Indoor Air Quality in Your RV

Indoor Air Quality in Your RV
Summer is just around the corner and you know what that means? Soon we will be able to take more RV road trips! It’s a very exciting prospect. But I must admit; I’m a little freaked out about hopping into the RV right now. Why? Because my RV smells just like the day we bought it. And I’m not sure that’s a good thing. Admittedly, it’s better than smelling like mold or mildew, but it makes me wonder if being closed up all winter long has created some toxic indoor air.

It’s no secret that RV manufacturers use materials like formaldehyde during construction. It’s commonly used as an adhesive in wood products. Shiny, new carpets in RVs have been known to off-gas volatile organic compounds (VOCs) into the air. These VOCs contain chemicals that can be very hazardous to our health. And if the glue and carpets weren’t enough, the subflooring just beneath the carpets can be loaded with toxins too. Oh, and let’s not forget that the materials used in our RV mattresses aren’t so great for us either.

Thankfully, in recent years, the RV industry has picked up more eco-friendly construction habits. Now there are plenty of RVs available that are certified green.

But what about the rest of the RVs that aren’t green certified? Most of the RVs that the almost 8 million RVing households own don’t fall under the green certification. So that means that the materials used during the construction of most of the RVs in circulation can contribute to a host of health issues due to compromised indoor air quality. In other words—the air inside your RV could be making you sick.

Before freaking out and posting your RV for sale on Craigslist, know that there are a few things you can do to improve your RVs indoor air quality.

* Open all the windows -- This is especially important for those RVs that haven’t smelled a breath of fresh air all winter. Throw open those windows and bathe your beautiful rig in fresh air. Better yet, stick a large box fan at one end and let it blow that old, stale air right out the windows and vents.

Use non-toxic cleaners -– The very least you can do is not contribute to any more air pollution. Use non-toxic cleaners inside your rig. Many products you have in your RV right now can be used to clean it. Did you know that olive oil mixed with a bit of lemon juice makes a great furniture polish? Distilled white vinegar is a handy dandy all-purpose cleaning agent as well. And who could forget the many uses for baking soda?

Add plants –- Buy 2 or 3 small, organically grown plants. Not only will it help you clean up the indoor air, but it will make your RV feel more like home.

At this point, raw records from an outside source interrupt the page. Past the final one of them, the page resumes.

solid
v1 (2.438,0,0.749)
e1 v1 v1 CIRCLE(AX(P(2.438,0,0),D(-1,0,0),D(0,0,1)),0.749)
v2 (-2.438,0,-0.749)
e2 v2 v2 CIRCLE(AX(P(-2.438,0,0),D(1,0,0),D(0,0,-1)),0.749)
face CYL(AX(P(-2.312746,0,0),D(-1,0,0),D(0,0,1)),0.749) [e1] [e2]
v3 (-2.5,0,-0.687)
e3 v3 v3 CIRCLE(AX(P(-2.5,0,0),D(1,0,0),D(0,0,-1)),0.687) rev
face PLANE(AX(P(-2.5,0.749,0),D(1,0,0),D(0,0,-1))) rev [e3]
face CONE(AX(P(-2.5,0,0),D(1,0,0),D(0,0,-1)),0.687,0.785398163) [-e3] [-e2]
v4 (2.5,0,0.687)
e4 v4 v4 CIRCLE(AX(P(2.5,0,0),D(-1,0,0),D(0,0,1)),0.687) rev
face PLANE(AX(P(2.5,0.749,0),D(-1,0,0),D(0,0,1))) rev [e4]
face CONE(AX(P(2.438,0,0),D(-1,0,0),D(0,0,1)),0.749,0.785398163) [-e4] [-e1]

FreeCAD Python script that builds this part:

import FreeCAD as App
import Part
import Sketcher

V = App.Vector
Q = App.Units.Quantity


def edges_at(feature, points):
    """Names of the edges that pass closest to the given points."""
    edges = feature.Shape.Edges
    near = lambda p: min(range(len(edges)), key=lambda i: edges[i].distToShape(Part.Vertex(*p))[0])
    return sorted({f"Edge{near(p) + 1}" for p in points})


def add_polygon(sketch, points):
    """Adds a closed chain of lines whose ends are joined by coincident constraints."""
    first, n = sketch.GeometryCount, len(points)
    for a, b in zip(points, points[1:] + points[:1]):
        sketch.addGeometry(Part.LineSegment(App.Vector(*a, 0), App.Vector(*b, 0)), False)
    for i in range(n):
        sketch.addConstraint(Sketcher.Constraint("Coincident", first + i, 2, first + (i + 1) % n, 1))

doc = App.newDocument("Part")
params = doc.addObject("Spreadsheet::Sheet", "Params")
for row, (alias, value) in enumerate([
    ("sketch1_width", "5 mm"),
    ("revolution_angle", "360 deg"),
    ("chamfer_size", "0.062 mm"),
], start=1):
    params.set(f"A{row}", alias)
    params.set(f"B{row}", "=" + value)
    params.setAlias(f"B{row}", alias)

body = doc.addObject("PartDesign::Body", "Body")

# Sketch on XY plane
sketch1 = body.newObject("Sketcher::SketchObject", "Sketch")
sketch1.AttachmentSupport = (doc.getObject("XY_Plane"), [""])
sketch1.MapMode = "FlatFace"
add_polygon(sketch1, [(-2.5, 0.7), (-2.5, 0), (2.5, 0), (2.5, 0.7)])  # lines 0-3
sketch1.addConstraint([
    Sketcher.Constraint("Vertical", 0),
    Sketcher.Constraint("Horizontal", 1),
    Sketcher.Constraint("Vertical", 2),
    Sketcher.Constraint("Horizontal", 3),
    Sketcher.Constraint("Symmetric", 0, 2, 1, 2, -1, 1),
    Sketcher.Constraint("DistanceX", 1, 1, 1, 2, Q("5 mm")),
    Sketcher.Constraint("DistanceY", 0, 2, 0, 1, Q("0.749 mm")),
])
sketch1.setExpression("Constraints[9]", "Params.sketch1_width")
revolution = body.newObject("PartDesign::Revolution", "Revolution")
revolution.Profile = sketch1
revolution.ReferenceAxis = (sketch1, ["H_Axis"])
revolution.setExpression("Angle", "Params.revolution_angle")
doc.recompute()

chamfer = body.newObject("PartDesign::Chamfer", "Chamfer")
chamfer.Base = (revolution, edges_at(revolution, [(-2.5, -0.749, 0), (2.5, -0.749, 0)]))
chamfer.setExpression("Size", "Params.chamfer_size")

doc.recompute()
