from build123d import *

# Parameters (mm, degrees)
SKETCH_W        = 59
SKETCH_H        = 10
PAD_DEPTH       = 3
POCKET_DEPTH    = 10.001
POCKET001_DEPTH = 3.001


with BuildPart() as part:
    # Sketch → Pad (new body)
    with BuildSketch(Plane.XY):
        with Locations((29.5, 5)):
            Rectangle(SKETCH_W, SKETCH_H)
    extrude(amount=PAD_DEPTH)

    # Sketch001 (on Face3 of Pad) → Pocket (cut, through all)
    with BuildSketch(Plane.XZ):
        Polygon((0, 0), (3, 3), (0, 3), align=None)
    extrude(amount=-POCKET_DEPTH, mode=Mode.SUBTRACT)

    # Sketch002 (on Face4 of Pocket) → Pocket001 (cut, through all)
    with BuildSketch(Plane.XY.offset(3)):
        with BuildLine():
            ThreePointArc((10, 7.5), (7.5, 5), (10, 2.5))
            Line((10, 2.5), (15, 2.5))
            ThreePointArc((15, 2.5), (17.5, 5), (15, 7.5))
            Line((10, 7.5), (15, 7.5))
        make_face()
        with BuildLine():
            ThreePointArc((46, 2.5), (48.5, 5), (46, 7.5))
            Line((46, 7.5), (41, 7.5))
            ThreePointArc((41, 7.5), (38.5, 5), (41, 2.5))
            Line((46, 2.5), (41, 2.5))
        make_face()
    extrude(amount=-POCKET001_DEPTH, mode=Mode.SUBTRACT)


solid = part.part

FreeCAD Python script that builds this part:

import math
import FreeCAD as App
import Part
import Sketcher

V = App.Vector
Q = App.Units.Quantity


def add_polygon(sketch, points):
    """Adds a closed chain of lines whose ends are joined by coincident constraints."""
    first, n = sketch.GeometryCount, len(points)
    for a, b in zip(points, points[1:] + points[:1]):
        sketch.addGeometry(Part.LineSegment(App.Vector(*a, 0), App.Vector(*b, 0)), False)
    for i in range(n):
        sketch.addConstraint(Sketcher.Constraint("Coincident", first + i, 2, first + (i + 1) % n, 1))

doc = App.newDocument("Part")
params = doc.addObject("Spreadsheet::Sheet", "Params")
for row, (alias, value) in enumerate([
    ("sketch1_width", "59 mm"),
    ("sketch1_height", "10 mm"),
    ("pad1_length", "3 mm"),
    ("sketch2_width", "3 mm"),
    ("sketch3_radius", "2.5 mm"),
    ("sketch3_width", "5 mm"),
], start=1):
    params.set(f"A{row}", alias)
    params.set(f"B{row}", "=" + value)
    params.setAlias(f"B{row}", alias)

body = doc.addObject("PartDesign::Body", "Body")

# Sketch on XY plane
sketch1 = body.newObject("Sketcher::SketchObject", "Sketch")
sketch1.AttachmentSupport = (doc.getObject("XY_Plane"), [""])
sketch1.MapMode = "FlatFace"
add_polygon(sketch1, [(0, 10), (0, 0), (59, 0), (59, 10)])  # lines 0-3
sketch1.addConstraint([
    Sketcher.Constraint("Vertical", 0),
    Sketcher.Constraint("Horizontal", 1),
    Sketcher.Constraint("Vertical", 2),
    Sketcher.Constraint("Horizontal", 3),
    Sketcher.Constraint("Coincident", 0, 2, -1, 1),
    Sketcher.Constraint("DistanceX", 1, 1, 1, 2, Q("59 mm")),
    Sketcher.Constraint("DistanceY", 0, 2, 0, 1, Q("10 mm")),
])
sketch1.setExpression("Constraints[9]", "Params.sketch1_width")
sketch1.setExpression("Constraints[10]", "Params.sketch1_height")
pad1 = body.newObject("PartDesign::Pad", "Pad")
pad1.Profile = sketch1
pad1.setExpression("Length", "Params.pad1_length")

# Sketch on XZ plane
sketch2 = body.newObject("Sketcher::SketchObject", "Sketch001")
sketch2.AttachmentSupport = (doc.getObject("XZ_Plane"), [""])
sketch2.MapMode = "FlatFace"
add_polygon(sketch2, [(0, 0), (3, 3), (0, 3)])  # lines 0-2
sketch2.addConstraint([
    Sketcher.Constraint("Horizontal", 1),
    Sketcher.Constraint("Vertical", 2),
    Sketcher.Constraint("Coincident", 2, 2, -1, 1),
    Sketcher.Constraint("Equal", 1, 2),
    Sketcher.Constraint("DistanceX", 1, 2, 1, 1, Q("3 mm")),
])
sketch2.setExpression("Constraints[7]", "Params.sketch2_width")
pocket1 = body.newObject("PartDesign::Pocket", "Pocket")
pocket1.Profile = sketch2
pocket1.Type = "ThroughAll"

# Sketch on XY plane
sketch3 = body.newObject("Sketcher::SketchObject", "Sketch002")
sketch3.AttachmentSupport = (doc.getObject("XY_Plane"), [""])
sketch3.MapMode = "FlatFace"
sketch3.AttachmentOffset = App.Placement(V(0, 0, 3), App.Rotation())
sketch3.addGeometry([
    Part.ArcOfCircle(Part.Circle(V(10, 5, 0), V(0, 0, 1), 2.5), math.radians(90), math.radians(270)),  # 0
    Part.LineSegment(V(10, 2.5, 0), V(15, 2.5, 0)),  # 1
    Part.ArcOfCircle(Part.Circle(V(15, 5, 0), V(0, 0, 1), 2.5), math.radians(-90), math.radians(90)),  # 2
    Part.LineSegment(V(15, 7.5, 0), V(10, 7.5, 0)),  # 3
    Part.ArcOfCircle(Part.Circle(V(46, 5, 0), V(0, 0, 1), 2.5), math.radians(-90), math.radians(90)),  # 4
    Part.LineSegment(V(46, 7.5, 0), V(41, 7.5, 0)),  # 5
    Part.ArcOfCircle(Part.Circle(V(41, 5, 0), V(0, 0, 1), 2.5), math.radians(90), math.radians(270)),  # 6
    Part.LineSegment(V(41, 2.5, 0), V(46, 2.5, 0)),  # 7
], False)
sketch3.addConstraint([
    Sketcher.Constraint("Tangent", 0, 2, 1, 1),
    Sketcher.Constraint("Tangent", 1, 2, 2, 1),
    Sketcher.Constraint("Tangent", 2, 2, 3, 1),
    Sketcher.Constraint("Tangent", 3, 2, 0, 1),
    Sketcher.Constraint("Tangent", 4, 2, 5, 1),
    Sketcher.Constraint("Tangent", 5, 2, 6, 1),
    Sketcher.Constraint("Tangent", 6, 2, 7, 1),
    Sketcher.Constraint("Tangent", 7, 2, 4, 1),
    Sketcher.Constraint("Horizontal", 1),
    Sketcher.Constraint("Horizontal", 3),
    Sketcher.Constraint("Horizontal", 5),
    Sketcher.Constraint("Horizontal", 7),
    Sketcher.Constraint("Equal", 2, 4),
    Sketcher.Constraint("Horizontal", 2, 3, 4, 3),
    Sketcher.Constraint("Equal", 3, 5),
    Sketcher.Constraint("Radius", 0, Q("2.5 mm")),
    Sketcher.Constraint("DistanceX", 1, 1, 1, 2, Q("5 mm")),
    Sketcher.Constraint("DistanceX", -1, 1, 0, 3, Q("10 mm")),
    Sketcher.Constraint("DistanceY", -1, 1, 0, 3, Q("5 mm")),
    Sketcher.Constraint("DistanceX", -1, 1, 4, 3, Q("46 mm")),
])
sketch3.setExpression("Constraints[15]", "Params.sketch3_radius")
sketch3.setExpression("Constraints[16]", "Params.sketch3_width")
pocket2 = body.newObject("PartDesign::Pocket", "Pocket001")
pocket2.Profile = sketch3
pocket2.Type = "ThroughAll"

doc.recompute()
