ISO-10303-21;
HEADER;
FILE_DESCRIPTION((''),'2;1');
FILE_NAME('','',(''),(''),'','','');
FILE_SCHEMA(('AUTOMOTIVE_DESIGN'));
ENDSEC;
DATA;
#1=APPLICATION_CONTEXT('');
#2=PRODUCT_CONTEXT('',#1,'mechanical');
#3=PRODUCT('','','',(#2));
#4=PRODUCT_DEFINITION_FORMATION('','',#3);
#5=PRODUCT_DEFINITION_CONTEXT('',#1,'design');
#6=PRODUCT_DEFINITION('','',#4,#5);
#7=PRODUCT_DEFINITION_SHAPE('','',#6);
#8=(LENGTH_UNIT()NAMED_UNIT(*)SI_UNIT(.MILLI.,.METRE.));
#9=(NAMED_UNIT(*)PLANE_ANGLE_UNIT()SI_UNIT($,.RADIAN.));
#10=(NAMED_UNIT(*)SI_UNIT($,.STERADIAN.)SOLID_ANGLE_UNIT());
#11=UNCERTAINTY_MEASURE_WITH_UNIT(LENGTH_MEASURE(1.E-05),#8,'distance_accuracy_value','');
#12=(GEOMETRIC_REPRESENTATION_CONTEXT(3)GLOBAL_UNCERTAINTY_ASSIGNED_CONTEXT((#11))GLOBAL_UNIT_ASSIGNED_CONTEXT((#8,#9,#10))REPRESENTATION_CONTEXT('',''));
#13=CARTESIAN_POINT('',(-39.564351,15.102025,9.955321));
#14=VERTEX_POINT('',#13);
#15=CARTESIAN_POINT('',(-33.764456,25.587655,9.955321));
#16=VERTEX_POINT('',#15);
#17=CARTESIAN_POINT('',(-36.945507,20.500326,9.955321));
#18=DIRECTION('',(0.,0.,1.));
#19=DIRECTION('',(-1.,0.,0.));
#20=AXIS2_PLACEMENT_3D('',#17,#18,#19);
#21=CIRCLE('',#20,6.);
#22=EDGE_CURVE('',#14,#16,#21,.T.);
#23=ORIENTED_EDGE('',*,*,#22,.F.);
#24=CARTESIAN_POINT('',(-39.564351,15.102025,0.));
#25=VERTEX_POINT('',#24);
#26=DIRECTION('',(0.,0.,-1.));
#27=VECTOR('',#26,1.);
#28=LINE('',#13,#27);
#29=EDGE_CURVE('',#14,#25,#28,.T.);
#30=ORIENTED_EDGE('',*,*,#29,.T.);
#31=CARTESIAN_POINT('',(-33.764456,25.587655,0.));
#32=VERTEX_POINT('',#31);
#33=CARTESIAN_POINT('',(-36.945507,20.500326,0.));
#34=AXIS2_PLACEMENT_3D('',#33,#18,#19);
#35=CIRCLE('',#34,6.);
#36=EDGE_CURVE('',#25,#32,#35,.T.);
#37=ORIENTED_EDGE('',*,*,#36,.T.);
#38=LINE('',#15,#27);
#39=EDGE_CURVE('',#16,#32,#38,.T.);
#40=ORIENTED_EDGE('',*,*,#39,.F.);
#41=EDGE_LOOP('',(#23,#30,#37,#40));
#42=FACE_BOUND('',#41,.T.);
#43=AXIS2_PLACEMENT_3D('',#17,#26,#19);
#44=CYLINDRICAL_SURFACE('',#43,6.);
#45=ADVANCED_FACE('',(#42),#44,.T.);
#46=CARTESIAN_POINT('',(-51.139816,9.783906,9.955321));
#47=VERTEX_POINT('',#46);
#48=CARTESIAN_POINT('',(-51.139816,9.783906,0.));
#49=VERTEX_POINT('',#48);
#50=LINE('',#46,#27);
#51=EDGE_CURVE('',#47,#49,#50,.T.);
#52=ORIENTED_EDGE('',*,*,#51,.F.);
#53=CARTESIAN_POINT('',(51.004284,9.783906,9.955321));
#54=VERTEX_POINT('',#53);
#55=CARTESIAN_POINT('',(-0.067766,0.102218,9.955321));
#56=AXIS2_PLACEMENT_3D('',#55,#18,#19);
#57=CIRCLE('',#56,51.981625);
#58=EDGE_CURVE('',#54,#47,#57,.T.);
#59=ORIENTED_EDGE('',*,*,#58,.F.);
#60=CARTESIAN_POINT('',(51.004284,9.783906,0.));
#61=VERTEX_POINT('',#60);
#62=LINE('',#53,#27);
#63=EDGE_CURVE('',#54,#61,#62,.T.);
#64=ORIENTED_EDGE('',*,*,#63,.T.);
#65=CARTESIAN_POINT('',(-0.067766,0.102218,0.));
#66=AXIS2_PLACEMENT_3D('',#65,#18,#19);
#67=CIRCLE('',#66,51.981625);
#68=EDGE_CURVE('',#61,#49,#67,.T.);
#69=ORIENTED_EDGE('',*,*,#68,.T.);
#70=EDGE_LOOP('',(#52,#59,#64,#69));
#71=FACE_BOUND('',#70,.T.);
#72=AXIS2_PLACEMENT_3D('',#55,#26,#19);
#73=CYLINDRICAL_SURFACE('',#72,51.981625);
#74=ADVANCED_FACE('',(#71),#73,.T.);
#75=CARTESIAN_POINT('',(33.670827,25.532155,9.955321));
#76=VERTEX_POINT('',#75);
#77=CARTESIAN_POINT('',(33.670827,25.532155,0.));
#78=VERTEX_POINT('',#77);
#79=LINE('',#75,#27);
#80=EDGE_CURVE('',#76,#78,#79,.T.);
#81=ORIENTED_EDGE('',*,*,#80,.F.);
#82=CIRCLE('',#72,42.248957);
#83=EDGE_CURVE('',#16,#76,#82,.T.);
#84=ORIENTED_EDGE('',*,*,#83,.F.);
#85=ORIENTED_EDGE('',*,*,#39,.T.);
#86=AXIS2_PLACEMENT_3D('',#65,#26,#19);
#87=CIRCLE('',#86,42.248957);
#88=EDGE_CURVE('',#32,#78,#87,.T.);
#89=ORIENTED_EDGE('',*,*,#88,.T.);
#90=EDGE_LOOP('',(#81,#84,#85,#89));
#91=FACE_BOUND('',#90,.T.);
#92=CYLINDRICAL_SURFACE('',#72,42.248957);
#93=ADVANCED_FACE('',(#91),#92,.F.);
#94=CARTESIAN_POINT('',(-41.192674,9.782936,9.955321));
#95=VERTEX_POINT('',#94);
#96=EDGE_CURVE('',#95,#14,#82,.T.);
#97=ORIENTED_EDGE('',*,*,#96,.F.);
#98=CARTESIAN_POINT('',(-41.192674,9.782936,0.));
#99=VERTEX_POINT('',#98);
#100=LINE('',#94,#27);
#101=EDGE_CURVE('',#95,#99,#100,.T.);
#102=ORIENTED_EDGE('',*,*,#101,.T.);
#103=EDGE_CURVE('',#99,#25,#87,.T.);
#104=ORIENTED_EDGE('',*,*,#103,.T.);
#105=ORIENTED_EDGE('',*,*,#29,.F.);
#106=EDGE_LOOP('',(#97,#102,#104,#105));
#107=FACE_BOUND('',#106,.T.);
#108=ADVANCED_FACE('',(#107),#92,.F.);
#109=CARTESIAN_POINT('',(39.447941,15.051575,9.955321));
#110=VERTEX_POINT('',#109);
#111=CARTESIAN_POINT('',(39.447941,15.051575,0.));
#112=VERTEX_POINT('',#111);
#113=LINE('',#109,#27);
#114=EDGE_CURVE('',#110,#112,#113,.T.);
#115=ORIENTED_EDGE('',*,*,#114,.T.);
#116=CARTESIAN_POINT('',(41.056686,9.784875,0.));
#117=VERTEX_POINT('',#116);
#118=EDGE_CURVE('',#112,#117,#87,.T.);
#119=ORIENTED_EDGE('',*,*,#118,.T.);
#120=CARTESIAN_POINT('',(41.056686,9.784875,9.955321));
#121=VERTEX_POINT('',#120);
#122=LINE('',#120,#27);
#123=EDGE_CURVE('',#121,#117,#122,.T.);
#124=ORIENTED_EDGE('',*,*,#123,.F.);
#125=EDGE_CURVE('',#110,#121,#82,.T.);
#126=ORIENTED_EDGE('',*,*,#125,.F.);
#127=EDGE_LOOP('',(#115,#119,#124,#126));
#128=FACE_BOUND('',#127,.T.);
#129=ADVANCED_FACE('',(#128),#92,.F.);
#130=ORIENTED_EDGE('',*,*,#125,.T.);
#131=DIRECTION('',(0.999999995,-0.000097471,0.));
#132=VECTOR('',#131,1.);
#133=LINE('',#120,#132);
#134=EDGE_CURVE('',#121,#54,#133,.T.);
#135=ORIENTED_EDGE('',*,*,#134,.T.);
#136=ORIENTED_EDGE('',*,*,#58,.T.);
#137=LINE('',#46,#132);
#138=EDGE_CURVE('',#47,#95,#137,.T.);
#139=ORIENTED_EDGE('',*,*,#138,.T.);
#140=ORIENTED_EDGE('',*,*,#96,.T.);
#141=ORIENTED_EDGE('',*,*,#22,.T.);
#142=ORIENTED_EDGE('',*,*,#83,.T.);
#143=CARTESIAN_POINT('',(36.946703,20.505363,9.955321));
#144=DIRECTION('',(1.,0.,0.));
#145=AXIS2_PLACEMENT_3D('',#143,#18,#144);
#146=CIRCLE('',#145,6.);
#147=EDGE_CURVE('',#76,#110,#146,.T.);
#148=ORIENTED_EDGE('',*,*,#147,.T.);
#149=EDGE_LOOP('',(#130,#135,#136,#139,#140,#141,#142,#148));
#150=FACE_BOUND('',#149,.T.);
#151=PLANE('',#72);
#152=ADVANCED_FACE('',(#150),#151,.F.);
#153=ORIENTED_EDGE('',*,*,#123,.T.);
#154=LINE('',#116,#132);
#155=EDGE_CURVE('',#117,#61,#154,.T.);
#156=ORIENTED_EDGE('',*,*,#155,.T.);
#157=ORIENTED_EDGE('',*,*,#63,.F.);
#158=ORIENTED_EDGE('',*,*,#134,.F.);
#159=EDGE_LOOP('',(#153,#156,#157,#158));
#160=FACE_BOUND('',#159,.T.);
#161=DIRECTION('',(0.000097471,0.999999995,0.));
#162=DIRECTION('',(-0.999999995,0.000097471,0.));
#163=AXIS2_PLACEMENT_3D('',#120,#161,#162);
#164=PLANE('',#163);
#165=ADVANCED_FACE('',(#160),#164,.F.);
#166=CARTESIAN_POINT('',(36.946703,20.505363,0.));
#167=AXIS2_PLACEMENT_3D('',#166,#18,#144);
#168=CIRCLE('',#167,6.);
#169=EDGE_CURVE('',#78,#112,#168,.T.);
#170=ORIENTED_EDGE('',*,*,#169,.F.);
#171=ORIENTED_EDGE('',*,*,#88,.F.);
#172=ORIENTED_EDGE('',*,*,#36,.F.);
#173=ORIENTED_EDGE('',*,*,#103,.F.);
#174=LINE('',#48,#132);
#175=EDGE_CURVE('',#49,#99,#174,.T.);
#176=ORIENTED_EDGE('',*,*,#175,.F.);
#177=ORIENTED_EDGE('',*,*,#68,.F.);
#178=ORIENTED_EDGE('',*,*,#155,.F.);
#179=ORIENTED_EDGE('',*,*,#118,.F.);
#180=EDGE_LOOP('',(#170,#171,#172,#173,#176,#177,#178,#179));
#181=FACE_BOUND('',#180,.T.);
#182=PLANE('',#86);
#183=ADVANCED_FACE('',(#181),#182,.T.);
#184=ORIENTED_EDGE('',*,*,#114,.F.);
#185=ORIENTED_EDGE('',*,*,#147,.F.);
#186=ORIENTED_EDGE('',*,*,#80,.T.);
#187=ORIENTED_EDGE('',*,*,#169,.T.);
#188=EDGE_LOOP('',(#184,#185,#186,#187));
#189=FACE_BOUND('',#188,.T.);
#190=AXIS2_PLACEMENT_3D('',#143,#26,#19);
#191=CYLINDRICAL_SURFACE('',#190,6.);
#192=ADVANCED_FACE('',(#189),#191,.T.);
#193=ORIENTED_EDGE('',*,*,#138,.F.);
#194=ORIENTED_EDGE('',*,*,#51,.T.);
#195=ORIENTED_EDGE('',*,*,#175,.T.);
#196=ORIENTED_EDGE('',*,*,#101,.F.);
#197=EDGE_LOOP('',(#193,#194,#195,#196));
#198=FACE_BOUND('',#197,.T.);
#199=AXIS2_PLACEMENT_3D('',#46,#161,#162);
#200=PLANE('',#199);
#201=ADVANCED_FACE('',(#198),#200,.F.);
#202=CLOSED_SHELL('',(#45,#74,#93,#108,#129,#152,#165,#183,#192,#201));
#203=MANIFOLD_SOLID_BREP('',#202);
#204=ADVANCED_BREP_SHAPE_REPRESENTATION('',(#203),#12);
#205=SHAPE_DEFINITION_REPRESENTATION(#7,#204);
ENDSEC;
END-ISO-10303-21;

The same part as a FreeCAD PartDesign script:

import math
import FreeCAD as App
import Part
import Sketcher
Q = App.Units.Quantity

doc = App.newDocument("Part")
body = doc.addObject("PartDesign::Body", "Body")

# Sketch on XY plane
sketch1 = body.newObject("Sketcher::SketchObject", "Sketch")
sketch1.AttachmentSupport = (doc.getObject("XY_Plane"), [""])
sketch1.MapMode = "FlatFace"
sketch1.addGeometry([
    Part.LineSegment(App.Vector(-51, 10, 0), App.Vector(-41, 10, 0)),  # 0
    Part.ArcOfCircle(Part.Circle(App.Vector(0, 0, 0), App.Vector(0, 0, 1), 42), math.radians(159.2), math.radians(166.75)),  # 1
    Part.ArcOfCircle(Part.Circle(App.Vector(-37, 21, 0), App.Vector(0, 0, 1), 6), math.radians(-116), math.radians(58)),  # 2
    Part.ArcOfCircle(Part.Circle(App.Vector(0, 0, 0), App.Vector(0, 0, 1), 42), math.radians(37), math.radians(143)),  # 3
    Part.ArcOfCircle(Part.Circle(App.Vector(37, 21, 0), App.Vector(0, 0, 1), 6), math.radians(123), math.radians(295)),  # 4
    Part.ArcOfCircle(Part.Circle(App.Vector(0, 0, 0), App.Vector(0, 0, 1), 42), math.radians(13.25), math.radians(20.72)),  # 5
    Part.LineSegment(App.Vector(41, 10, 0), App.Vector(51, 10, 0)),  # 6
    Part.ArcOfCircle(Part.Circle(App.Vector(0, 0, 0), App.Vector(0, 0, 1), 52), math.radians(11), math.radians(169)),  # 7
], False)
sketch1.addConstraint([
    Sketcher.Constraint("Coincident", 0, 2, 1, 2),
    Sketcher.Constraint("Coincident", 1, 1, 2, 1),
    Sketcher.Constraint("Coincident", 2, 2, 3, 2),
    Sketcher.Constraint("Coincident", 3, 1, 4, 1),
    Sketcher.Constraint("Coincident", 4, 2, 5, 2),
    Sketcher.Constraint("Coincident", 5, 1, 6, 1),
    Sketcher.Constraint("Coincident", 6, 2, 7, 1),
    Sketcher.Constraint("Coincident", 7, 2, 0, 1),
    Sketcher.Constraint("Coincident", 3, 3, 1, 3),
    Sketcher.Constraint("Coincident", 5, 3, 1, 3),
    Sketcher.Constraint("Coincident", 7, 3, 1, 3),
    Sketcher.Constraint("Equal", 1, 3),
    Sketcher.Constraint("Equal", 2, 4),
    Sketcher.Constraint("Equal", 3, 5),
    Sketcher.Constraint("Parallel", 0, 6),
    Sketcher.Constraint("Horizontal", 6, 2, 7, 2),
    Sketcher.Constraint("Radius", 2, Q("6 mm")),
    Sketcher.Constraint("Radius", 1, Q("42.248957 mm")),
    Sketcher.Constraint("Radius", 7, Q("51.981625 mm")),
    Sketcher.Constraint("Distance", 6, Q("9.947598 mm")),
    Sketcher.Constraint("DistanceY", 1, 1, 2, 3, Q("5.398302 mm")),
    Sketcher.Constraint("DistanceY", 5, 1, 4, 2, Q("5.2667 mm")),
    Sketcher.Constraint("Distance", 0, Q("9.947142 mm")),
    Sketcher.Constraint("DistanceY", -1, 1, 1, 3, Q("0.102218 mm")),
    Sketcher.Constraint("DistanceX", 1, 1, -1, 1, Q("39.564351 mm")),
    Sketcher.Constraint("DistanceX", -1, 1, 4, 2, Q("39.447941 mm")),
    Sketcher.Constraint("DistanceX", 1, 3, 4, 3, Q("37.014469 mm")),
])
pad1 = body.newObject("PartDesign::Pad", "Pad")
pad1.Profile = sketch1
pad1.Length = 9.955321

doc.recompute()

Indoor air purifier –- Consider purchasing an indoor air purifier like the Honeywell True HEPA Air Purifier found at The Home Depot. I have this model, and I like it. This particular model is almost 100 percent effective at removing airborne irritants. Just make sure that whatever model you purchase has the HEPA certification.

Vacuum often –- When your RV is in use, vacuum daily if you can. If daily seems like a chore, 2-3 times per week should suffice. Carpets are traps for nasty things, and the more you can suck up, the better your indoor air quality will be. You might want to consider a vacuum upgrade since you’ll be using it so often. Kim Barnouin, author of Skinny Bitch: Home, Beauty & Style recommends several vacuums in her book, including the Bissell 16N5 Healthy Home Upright Vacuum.

Replace your mattress – Get a new mattress made of organic materials. And while you’re at it, look into organic cotton sheets and linens and upgrade your pillows to more natural materials too. If buying a new mattress isn’t in your budget, consider purchasing an organic cotton mattress cover. These covers won’t be treated with chemicals and will protect you from dust mites and other allergens while you sleep.

Other things you can do that can help improve indoor air quality:

* Use essential oils instead of air freshener
* Use towels made of organic cotton or bamboo in the bathroom and kitchen
* Get rid of the Teflon in your kitchen cookware and replace it with stainless steel pots and pans and a cast iron skillet.
* If you are really worried about VOCS overwhelming your RV, you can purchase nontoxic sealants that will stop VOCs from leaking out.
* And if you’re still troubled about your RV’s indoor air quality, you can get it tested. And, depending on what you find out, you can go from there.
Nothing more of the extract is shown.